On August 15th, I sighted
land for the first time in almost 30 days. I could see Pilar Point,
just north of Half Moon Bay. With a light breeze out of the south, I
covered the last 90 miles to the Golden Gate. At first, I thought the
breeze would not hold to get me home that day, but my luck held. At
about 4:30 PM PDT, I sailed under the Golden Gate Bridge.
It is hard to describe the feeling as
I looked up at the bridge. There were numerous times during the trip
when I was haunted by the feeling that I would not finish the trip –
I would be run down by a big ship or fall overboard or meet with some
other catastrophe that would end my trip and my life. But here I was,
home at last. If I hadn't been so busy trying to keep out of the way
of shipping, I would have been jumping up and down, screaming with
delight. Home at last!
Well, almost. There was the matter of
clearing Customs since my last port of call was outside the USA. I
had no idea how I was to do that. I contacted the Coast Guard on
marine VHF. They referred me to Vessel Traffic Service (VTS) on a
different channel. VTS gave me a phone number to call. That number
referred me to another number. Eventually, I talked to a person who
seemed to think that what I wanted was MOST unusual and, by the way,
did I have a Crusing Permit. I have never heard of such a thing. The
person took some information and told me to come to Jack London
Square. I was to call them to come to the boat and inspect it.
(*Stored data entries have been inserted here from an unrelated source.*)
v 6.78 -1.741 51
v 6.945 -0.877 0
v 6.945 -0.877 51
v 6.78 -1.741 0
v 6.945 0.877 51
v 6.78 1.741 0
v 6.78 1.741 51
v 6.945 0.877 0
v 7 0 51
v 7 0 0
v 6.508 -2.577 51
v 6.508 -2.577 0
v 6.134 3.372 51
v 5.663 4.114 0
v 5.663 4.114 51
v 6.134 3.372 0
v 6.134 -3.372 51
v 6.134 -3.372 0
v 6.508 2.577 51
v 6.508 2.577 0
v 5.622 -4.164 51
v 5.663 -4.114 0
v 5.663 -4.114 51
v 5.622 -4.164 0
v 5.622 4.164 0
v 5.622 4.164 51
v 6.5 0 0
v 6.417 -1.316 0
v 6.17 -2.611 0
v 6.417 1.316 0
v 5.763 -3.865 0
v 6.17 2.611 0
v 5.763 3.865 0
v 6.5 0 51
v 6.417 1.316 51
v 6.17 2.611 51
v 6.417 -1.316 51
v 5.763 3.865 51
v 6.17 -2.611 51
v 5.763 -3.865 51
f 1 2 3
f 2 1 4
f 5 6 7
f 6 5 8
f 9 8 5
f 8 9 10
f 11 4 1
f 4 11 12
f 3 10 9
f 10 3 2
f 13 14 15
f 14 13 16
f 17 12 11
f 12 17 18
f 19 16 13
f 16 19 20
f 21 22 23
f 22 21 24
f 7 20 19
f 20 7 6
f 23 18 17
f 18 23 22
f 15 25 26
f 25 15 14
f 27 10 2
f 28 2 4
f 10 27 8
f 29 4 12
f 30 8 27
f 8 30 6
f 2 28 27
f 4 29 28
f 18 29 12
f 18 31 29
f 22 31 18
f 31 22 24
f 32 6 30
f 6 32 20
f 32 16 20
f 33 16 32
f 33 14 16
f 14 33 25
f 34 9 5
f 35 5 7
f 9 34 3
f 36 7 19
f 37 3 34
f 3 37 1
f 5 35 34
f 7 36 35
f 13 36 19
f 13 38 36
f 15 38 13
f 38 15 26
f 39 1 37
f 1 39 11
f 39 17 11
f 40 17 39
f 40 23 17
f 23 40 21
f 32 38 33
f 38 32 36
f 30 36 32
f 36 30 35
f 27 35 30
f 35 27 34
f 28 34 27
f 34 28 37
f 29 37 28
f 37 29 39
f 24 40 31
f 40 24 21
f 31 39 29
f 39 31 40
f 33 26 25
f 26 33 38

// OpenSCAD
$fn = 50;


difference() {
	union() {
		cylinder(h = 51, r = 7.0000000000);
		translate(v = [-7.0000000000, 0, 0]) {
			cylinder(h = 51, r = 7.0000000000);
		}
	}
	union() {
		cylinder(h = 51, r = 3.2500000000);
		cylinder(h = 51, r = 1.8000000000);
		cylinder(h = 51, r = 1.8000000000);
		cylinder(h = 51, r = 1.8000000000);
		translate(v = [-11.5000000000, 0, 0]) {
			hull() {
				translate(v = [-3.7500000000, 0.0000000000, 0]) {
					cylinder(h = 51, r = 7.5000000000);
				}
				translate(v = [3.7500000000, 0.0000000000, 0]) {
					cylinder(h = 51, r = 7.5000000000);
				}
				translate(v = [-3.7500000000, -0.0000000000, 0]) {
					cylinder(h = 51, r = 7.5000000000);
				}
				translate(v = [3.7500000000, -0.0000000000, 0]) {
					cylinder(h = 51, r = 7.5000000000);
				}
			}
		}
		translate(v = [-4.0000000000, 0, 0.0000000000]) {
			cylinder(h = 51, r = 10.5000000000);
		}
	}
}
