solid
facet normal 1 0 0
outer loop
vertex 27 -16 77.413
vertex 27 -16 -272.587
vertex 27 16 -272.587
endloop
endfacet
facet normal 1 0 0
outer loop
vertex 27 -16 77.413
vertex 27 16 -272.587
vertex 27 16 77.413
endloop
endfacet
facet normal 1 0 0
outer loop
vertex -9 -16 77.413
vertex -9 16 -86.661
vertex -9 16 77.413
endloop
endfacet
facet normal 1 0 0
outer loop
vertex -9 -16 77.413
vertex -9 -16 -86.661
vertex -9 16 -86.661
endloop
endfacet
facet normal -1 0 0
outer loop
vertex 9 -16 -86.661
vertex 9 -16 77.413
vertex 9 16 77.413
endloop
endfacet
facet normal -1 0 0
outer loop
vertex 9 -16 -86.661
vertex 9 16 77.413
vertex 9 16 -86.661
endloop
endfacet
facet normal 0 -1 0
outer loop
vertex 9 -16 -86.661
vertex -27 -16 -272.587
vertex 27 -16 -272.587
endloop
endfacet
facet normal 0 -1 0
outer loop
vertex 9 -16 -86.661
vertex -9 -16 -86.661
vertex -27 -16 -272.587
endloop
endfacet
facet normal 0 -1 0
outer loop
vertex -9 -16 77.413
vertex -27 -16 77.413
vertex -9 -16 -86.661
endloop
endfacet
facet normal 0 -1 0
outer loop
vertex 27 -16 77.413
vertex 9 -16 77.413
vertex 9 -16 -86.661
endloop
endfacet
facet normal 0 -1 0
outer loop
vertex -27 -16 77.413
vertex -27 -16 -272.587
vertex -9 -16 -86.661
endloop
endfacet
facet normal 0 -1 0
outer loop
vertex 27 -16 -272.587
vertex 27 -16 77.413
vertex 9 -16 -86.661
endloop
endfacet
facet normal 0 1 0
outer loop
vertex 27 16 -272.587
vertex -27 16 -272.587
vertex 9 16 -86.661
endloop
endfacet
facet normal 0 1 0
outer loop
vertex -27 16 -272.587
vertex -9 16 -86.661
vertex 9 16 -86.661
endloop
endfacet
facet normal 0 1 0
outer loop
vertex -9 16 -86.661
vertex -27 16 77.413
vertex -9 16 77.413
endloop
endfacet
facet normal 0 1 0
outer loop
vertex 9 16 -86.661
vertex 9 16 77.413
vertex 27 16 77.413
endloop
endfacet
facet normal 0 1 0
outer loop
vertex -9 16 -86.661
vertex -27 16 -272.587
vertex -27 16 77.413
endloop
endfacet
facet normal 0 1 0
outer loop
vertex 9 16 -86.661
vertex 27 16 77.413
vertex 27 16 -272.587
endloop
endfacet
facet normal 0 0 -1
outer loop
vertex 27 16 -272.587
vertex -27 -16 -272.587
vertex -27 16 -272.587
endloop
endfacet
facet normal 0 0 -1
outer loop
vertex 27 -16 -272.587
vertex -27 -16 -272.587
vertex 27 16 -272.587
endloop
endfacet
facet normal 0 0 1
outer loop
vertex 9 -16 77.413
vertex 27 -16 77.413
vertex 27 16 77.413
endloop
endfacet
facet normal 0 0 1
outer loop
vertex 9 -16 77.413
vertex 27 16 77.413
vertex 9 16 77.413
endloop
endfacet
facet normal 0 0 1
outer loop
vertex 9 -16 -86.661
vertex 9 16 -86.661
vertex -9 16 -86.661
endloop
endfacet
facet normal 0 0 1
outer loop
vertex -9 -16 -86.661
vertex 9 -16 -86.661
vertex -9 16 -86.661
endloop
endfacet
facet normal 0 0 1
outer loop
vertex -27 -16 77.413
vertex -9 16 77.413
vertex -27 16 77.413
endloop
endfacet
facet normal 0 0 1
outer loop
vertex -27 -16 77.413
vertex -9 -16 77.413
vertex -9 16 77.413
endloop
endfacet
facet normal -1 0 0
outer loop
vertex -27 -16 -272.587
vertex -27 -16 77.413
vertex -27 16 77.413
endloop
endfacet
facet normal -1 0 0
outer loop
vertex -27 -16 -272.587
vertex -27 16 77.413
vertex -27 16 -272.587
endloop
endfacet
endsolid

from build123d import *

# Parameters (mm, degrees)
F1_DEPTH      = 16
F1_DEPTH_BACK = 16


# Not quite as in the source:
# - a feature names something its author has since deleted; it is built from what else it names


with BuildPart() as f1:
    # F0 (on Front) → F1 (new body, two sides)
    with BuildSketch(Plane.XZ) as f1_sk:
        Polygon((-9, 77.4134680122), (-27, 77.4134680122), (-27, -272.5865319878), (-9, -272.5865319878), (9, -272.5865319878), (27, -272.5865319878), (27, 77.4134680122), (9, 77.4134680122), (9, -86.6605598913), (-9, -86.6605598913), align=None)
    extrude(amount=F1_DEPTH)
    extrude(f1_sk.sketch, amount=-F1_DEPTH_BACK)


solid = f1.part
The trip from the Golden Gate down
the San Francisco waterfront was exhilarating to say the least. The
wind was blowing 15 knots from almost directly behind me. Laelia tore
along at close to six knots for most of the distance from the Gate to
the Oakland Bay Bridge. A few miles beyond the Bay Bridge, I dropped
the sails and motored on up the Oakland Inner Harbor to Jack London
Square. By now, it was a little after 6 PM. There was no one at the
dock to take a line so I jumped off the boat, line in hand, and came
close to falling flat on my face. The dock was not going up and down
like my inner ear expected. I managed to get tied up without looking
like I was anything worse than mildly intoxicated.
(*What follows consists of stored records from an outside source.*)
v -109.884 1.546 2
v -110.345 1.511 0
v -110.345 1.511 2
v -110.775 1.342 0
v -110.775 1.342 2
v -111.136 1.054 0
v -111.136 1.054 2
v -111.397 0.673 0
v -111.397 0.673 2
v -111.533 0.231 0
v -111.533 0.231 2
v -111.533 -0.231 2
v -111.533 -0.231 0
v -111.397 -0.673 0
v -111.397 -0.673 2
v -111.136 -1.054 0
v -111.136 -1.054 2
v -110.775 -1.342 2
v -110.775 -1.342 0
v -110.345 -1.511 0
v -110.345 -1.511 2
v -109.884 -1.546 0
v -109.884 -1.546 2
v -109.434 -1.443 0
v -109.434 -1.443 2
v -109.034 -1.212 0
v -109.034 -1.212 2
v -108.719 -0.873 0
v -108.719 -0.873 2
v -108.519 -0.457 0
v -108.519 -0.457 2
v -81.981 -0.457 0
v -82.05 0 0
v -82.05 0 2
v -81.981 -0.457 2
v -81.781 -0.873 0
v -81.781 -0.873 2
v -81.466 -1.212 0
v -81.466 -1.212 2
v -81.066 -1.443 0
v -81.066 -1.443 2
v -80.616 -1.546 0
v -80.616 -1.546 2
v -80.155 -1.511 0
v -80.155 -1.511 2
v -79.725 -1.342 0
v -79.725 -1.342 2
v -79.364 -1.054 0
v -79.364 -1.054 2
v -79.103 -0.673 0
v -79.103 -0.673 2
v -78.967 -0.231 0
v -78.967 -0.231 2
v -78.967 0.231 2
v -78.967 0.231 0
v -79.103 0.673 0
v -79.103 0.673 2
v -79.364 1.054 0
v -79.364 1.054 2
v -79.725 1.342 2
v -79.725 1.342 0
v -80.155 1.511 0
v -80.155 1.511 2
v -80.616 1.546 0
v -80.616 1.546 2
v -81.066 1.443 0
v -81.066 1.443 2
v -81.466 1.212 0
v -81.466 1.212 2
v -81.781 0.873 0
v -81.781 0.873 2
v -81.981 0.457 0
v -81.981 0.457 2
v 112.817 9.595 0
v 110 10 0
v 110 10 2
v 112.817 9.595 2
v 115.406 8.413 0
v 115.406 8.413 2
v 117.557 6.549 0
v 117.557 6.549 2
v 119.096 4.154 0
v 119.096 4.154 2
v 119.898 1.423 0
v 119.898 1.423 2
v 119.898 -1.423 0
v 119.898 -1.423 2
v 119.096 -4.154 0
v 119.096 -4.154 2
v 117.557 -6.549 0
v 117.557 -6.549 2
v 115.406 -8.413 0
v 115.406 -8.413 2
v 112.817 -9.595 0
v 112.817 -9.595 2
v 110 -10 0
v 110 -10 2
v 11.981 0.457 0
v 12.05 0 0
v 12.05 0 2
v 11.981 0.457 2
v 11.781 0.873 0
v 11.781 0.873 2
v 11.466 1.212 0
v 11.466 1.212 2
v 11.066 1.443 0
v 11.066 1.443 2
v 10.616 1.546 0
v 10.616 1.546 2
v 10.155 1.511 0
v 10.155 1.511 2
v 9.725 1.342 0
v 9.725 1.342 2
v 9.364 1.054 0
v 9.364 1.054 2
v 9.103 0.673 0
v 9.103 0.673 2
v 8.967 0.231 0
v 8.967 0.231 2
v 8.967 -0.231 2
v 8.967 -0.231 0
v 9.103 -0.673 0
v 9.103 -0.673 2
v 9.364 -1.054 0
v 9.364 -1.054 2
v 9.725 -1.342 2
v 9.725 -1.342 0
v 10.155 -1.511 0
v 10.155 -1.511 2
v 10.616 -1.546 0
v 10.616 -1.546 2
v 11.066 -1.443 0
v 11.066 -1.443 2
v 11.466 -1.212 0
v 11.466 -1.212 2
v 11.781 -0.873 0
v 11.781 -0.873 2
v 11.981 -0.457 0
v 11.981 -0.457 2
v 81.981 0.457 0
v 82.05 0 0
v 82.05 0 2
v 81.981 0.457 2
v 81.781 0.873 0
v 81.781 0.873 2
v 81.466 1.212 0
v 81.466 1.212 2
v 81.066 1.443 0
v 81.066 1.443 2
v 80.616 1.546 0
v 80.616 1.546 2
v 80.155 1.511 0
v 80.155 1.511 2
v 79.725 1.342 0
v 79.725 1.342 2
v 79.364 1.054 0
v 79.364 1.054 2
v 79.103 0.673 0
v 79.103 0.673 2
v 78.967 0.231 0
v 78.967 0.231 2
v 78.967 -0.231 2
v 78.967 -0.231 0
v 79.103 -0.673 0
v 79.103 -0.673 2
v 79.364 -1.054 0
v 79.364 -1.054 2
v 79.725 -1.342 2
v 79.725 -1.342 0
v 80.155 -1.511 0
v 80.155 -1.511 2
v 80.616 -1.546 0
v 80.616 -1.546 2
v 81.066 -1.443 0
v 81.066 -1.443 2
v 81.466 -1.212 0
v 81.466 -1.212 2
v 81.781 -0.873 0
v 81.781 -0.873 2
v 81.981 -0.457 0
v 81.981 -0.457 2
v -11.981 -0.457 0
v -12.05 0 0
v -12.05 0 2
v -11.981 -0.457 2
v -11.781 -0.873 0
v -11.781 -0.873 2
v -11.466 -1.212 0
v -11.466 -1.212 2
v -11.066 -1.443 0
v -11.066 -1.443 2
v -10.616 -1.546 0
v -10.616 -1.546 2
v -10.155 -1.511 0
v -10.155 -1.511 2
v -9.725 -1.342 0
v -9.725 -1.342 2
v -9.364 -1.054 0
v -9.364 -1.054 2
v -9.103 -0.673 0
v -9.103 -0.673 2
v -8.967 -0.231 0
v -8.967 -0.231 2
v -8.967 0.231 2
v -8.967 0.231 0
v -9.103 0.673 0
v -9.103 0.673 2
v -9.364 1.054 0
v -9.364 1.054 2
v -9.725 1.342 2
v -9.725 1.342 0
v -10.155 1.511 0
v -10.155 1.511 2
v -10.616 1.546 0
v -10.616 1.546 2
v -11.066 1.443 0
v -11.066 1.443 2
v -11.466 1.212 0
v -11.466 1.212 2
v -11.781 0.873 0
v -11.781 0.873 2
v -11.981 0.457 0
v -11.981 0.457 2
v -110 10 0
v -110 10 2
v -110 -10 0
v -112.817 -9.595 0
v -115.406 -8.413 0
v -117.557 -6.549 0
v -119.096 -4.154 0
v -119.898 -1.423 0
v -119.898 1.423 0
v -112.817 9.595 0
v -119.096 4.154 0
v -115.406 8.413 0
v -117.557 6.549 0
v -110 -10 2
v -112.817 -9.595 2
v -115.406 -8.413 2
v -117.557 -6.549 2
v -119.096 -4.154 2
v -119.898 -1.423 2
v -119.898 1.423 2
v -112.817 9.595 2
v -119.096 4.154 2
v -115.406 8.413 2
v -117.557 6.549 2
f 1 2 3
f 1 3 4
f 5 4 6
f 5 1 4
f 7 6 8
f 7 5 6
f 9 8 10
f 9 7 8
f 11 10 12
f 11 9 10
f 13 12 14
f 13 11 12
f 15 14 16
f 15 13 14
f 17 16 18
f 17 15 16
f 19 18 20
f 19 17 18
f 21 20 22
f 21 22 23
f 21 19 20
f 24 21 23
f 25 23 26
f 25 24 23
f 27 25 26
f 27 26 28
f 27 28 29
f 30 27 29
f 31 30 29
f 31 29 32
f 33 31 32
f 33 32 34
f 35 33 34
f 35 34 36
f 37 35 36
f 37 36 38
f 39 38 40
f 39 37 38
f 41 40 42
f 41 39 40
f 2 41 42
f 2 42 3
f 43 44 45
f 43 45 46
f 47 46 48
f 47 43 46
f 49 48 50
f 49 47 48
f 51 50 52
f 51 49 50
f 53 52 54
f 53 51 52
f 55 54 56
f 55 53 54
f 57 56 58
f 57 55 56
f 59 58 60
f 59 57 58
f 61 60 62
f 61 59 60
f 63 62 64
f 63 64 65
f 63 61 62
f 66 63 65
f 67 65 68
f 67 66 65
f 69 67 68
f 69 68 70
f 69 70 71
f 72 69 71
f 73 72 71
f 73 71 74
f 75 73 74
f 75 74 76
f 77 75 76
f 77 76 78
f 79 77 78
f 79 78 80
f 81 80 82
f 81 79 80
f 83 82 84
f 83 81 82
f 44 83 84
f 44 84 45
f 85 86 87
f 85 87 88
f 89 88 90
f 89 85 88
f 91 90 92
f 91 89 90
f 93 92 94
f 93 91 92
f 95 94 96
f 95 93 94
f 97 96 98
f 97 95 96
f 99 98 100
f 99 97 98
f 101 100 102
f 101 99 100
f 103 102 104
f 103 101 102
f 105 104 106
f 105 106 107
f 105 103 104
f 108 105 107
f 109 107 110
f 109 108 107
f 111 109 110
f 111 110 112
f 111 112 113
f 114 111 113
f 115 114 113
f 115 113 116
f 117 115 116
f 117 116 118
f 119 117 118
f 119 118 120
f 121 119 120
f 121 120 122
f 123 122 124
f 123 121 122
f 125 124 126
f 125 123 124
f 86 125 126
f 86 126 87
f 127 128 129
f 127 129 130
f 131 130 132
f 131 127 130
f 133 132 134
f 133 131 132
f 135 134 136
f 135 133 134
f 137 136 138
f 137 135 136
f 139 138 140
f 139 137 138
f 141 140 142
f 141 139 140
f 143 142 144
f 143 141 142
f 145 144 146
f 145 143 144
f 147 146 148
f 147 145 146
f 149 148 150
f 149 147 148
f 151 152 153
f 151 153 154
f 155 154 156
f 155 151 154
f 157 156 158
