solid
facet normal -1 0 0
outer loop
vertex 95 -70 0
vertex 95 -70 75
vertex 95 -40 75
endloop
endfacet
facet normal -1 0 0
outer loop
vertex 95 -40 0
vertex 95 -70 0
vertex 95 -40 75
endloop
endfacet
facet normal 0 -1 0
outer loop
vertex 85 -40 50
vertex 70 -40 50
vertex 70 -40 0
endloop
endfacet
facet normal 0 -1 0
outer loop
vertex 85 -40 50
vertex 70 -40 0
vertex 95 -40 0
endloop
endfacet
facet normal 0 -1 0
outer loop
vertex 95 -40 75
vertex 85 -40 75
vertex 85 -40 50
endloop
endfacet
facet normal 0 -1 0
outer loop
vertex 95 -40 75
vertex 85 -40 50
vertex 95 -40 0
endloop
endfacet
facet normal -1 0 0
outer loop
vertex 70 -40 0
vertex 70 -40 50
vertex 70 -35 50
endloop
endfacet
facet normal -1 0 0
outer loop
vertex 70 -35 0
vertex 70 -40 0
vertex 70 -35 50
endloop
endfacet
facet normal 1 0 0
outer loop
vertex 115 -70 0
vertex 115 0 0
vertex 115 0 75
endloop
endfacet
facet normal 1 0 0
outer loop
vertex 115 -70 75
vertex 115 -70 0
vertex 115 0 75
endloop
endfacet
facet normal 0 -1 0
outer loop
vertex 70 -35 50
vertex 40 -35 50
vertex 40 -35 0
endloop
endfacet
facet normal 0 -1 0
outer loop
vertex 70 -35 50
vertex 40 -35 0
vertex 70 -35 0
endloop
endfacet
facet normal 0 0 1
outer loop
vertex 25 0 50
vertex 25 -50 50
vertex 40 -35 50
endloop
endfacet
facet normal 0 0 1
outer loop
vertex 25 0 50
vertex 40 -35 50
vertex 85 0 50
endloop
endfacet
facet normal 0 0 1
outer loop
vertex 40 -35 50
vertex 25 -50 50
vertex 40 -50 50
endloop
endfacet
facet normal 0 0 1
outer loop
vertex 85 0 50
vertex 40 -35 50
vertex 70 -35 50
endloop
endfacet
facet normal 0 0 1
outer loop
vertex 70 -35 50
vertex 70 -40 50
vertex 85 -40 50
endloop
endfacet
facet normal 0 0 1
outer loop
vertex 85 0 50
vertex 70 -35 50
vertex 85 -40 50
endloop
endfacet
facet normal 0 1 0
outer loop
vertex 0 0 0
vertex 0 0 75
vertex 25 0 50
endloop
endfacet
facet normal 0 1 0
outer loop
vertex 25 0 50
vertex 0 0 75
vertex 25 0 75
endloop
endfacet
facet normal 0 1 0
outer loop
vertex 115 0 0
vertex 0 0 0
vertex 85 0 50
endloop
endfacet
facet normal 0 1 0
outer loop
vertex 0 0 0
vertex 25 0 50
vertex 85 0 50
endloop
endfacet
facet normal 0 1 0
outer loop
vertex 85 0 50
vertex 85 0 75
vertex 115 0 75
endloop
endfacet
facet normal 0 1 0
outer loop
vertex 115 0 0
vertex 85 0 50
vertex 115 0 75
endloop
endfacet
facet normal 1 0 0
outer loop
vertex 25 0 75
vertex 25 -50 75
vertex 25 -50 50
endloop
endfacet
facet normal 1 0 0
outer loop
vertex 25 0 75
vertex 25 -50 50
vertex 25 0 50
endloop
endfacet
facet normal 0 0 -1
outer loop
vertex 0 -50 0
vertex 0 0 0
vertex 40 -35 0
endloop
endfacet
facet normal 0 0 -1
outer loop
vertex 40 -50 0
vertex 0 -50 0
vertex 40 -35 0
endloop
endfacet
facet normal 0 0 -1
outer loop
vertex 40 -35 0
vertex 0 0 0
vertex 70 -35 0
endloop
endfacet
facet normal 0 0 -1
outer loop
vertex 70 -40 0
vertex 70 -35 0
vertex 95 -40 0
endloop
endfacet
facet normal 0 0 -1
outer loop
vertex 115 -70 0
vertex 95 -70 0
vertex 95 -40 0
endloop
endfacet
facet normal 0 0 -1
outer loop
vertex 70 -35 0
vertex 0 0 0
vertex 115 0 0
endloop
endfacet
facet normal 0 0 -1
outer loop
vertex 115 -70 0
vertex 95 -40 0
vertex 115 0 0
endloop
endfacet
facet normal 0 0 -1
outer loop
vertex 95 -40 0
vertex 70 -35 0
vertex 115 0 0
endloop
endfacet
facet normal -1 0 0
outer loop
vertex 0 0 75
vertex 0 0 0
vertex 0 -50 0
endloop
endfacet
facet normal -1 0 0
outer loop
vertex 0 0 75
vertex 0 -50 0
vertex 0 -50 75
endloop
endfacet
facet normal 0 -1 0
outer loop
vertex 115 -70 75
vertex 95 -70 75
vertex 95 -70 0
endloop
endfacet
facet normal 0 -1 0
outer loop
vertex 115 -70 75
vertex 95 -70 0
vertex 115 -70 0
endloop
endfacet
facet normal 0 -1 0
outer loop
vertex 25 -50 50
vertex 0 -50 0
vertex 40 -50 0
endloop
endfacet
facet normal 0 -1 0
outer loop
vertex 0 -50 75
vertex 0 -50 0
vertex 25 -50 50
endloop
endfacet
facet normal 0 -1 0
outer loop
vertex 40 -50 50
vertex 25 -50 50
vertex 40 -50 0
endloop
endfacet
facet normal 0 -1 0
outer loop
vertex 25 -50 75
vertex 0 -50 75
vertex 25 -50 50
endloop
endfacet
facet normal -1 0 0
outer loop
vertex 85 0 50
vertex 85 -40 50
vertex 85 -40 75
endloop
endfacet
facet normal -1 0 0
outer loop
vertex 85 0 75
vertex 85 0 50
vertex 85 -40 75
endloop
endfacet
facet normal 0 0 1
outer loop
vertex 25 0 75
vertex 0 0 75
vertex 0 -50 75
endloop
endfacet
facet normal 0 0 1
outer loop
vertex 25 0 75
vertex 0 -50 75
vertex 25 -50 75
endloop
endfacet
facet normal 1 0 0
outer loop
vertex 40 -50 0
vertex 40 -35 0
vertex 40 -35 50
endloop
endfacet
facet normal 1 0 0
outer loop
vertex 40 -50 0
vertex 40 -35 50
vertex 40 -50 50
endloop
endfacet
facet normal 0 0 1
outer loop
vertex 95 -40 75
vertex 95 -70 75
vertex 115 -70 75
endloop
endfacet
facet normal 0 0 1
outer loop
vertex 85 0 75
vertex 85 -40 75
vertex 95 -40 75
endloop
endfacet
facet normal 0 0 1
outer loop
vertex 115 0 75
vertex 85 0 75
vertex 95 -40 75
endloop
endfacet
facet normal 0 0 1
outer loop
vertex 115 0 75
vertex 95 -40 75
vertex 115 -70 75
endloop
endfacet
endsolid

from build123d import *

# Parameters (mm, degrees)
F0_W     = 115
F0_H     = 75
F1_DEPTH = 70
F2_W     = 60
F2_H     = 25
F3_DEPTH = 70
F4_W     = 10
F4_H     = 30
F5_DEPTH = 75
F6_W     = 30
F6_H     = 5
F6_W_2   = 15
F6_H_2   = 20
F7_DEPTH = 50
F8_W     = 25
F8_H     = 20
F9_DEPTH = 75


with BuildPart() as f1:
    # F0 (on Front) → F1 (new body)
    with BuildSketch(Plane.XZ):
        with Locations((57.5, 37.5)):
            Rectangle(F0_W, F0_H)
    extrude(amount=F1_DEPTH)

    # F2 (on face) → F3 (cut)
    with BuildSketch(Plane.XZ.offset(70)):
        with Locations((55, 62.5)):
            Rectangle(F2_W, F2_H)
    extrude(amount=-F3_DEPTH, mode=Mode.SUBTRACT)

    # F4 (on face) → F5 (cut)
    with BuildSketch(Plane.XY.offset(75)):
        with Locations((90, -55)):
            Rectangle(F4_W, F4_H)
    extrude(amount=-F5_DEPTH, mode=Mode.SUBTRACT)

    # F6 (on face) → F7 (cut)
    with BuildSketch(Plane.XY.offset(50)):
        Polygon((85, -70), (85, -40), (70, -40), (40, -40), (40, -50), (40, -70), align=None)
        with Locations((55, -37.5)):
            Rectangle(F6_W, F6_H)
        with Locations((32.5, -60)):
            Rectangle(F6_W_2, F6_H_2)
    extrude(amount=-F7_DEPTH, mode=Mode.SUBTRACT)

    # F8 (on face) → F9 (cut)
    with BuildSketch(Plane.XY.offset(75)):
        with Locations((12.5, -60)):
            Rectangle(F8_W, F8_H)
    extrude(amount=-F9_DEPTH, mode=Mode.SUBTRACT)


solid = f1.part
My call to Customs ended up at an
automated announcement that the counter was closed and if this was a
small boat arrival, I should leave a message and they would call me
back. I was admonished that I MUST speak to an officer! I left a
message and called back at 15 minute intervals for the next hour. The
final call got me to a live person. She took some information and
promised to call back shortly. True to her word, she called back
about 5 minutes later and told me I was cleared and could proceed on
to my destination.
By now, it was 7:30. I stayed at the
dock long enough to check in the the Pacific Seafarer's Network and
let them know that I had arrived.
It took another 15 minutes under
power to reach Grand Marina. Judy had made arrangements with the them
earlier and I had been assigned slip A32. I had no trouble finding
the A dock but there were no visible markings to tell me which was
slip 32. I motored along until I found an empty slip and started to
pull in. Someone on a nearby boat came to help me get tied up. I
asked if this was slip A32. Nope. It was A46. I backed out, resumed
motoring along the dock, counting slips as I went. The one that
looked like it should be A32 was vacant. Again, people appeared out
of the dark to help me tie up. I had to wait for someone to come move
a dinghy from the slip, then I was in and tied up. Diana and Bob on
the trawler in the adjacent slip welcomed me home. We talked about
the trip for a while, then retired to our respective boats.
I was tired, but even more, I wanted
a shower! Since I had arrived outside office hours, I couldn't get a
gate key to get me into the shower. I spend the next 15 minutes
digging all the things out of Laelia's shower that I had stored there
for the duration of the trip. Since I had been running the engine,
there was plenty of hot water for my first shower in five weeks. What
a wonderful feeling!
A glass of wine and a bit of the rest
of my Three Can Stew and I was ready to crash. Judy would be there in
the morning to pick me up. I slept. Soundly. I did not wake up to
check sails or weather. It was heavenly!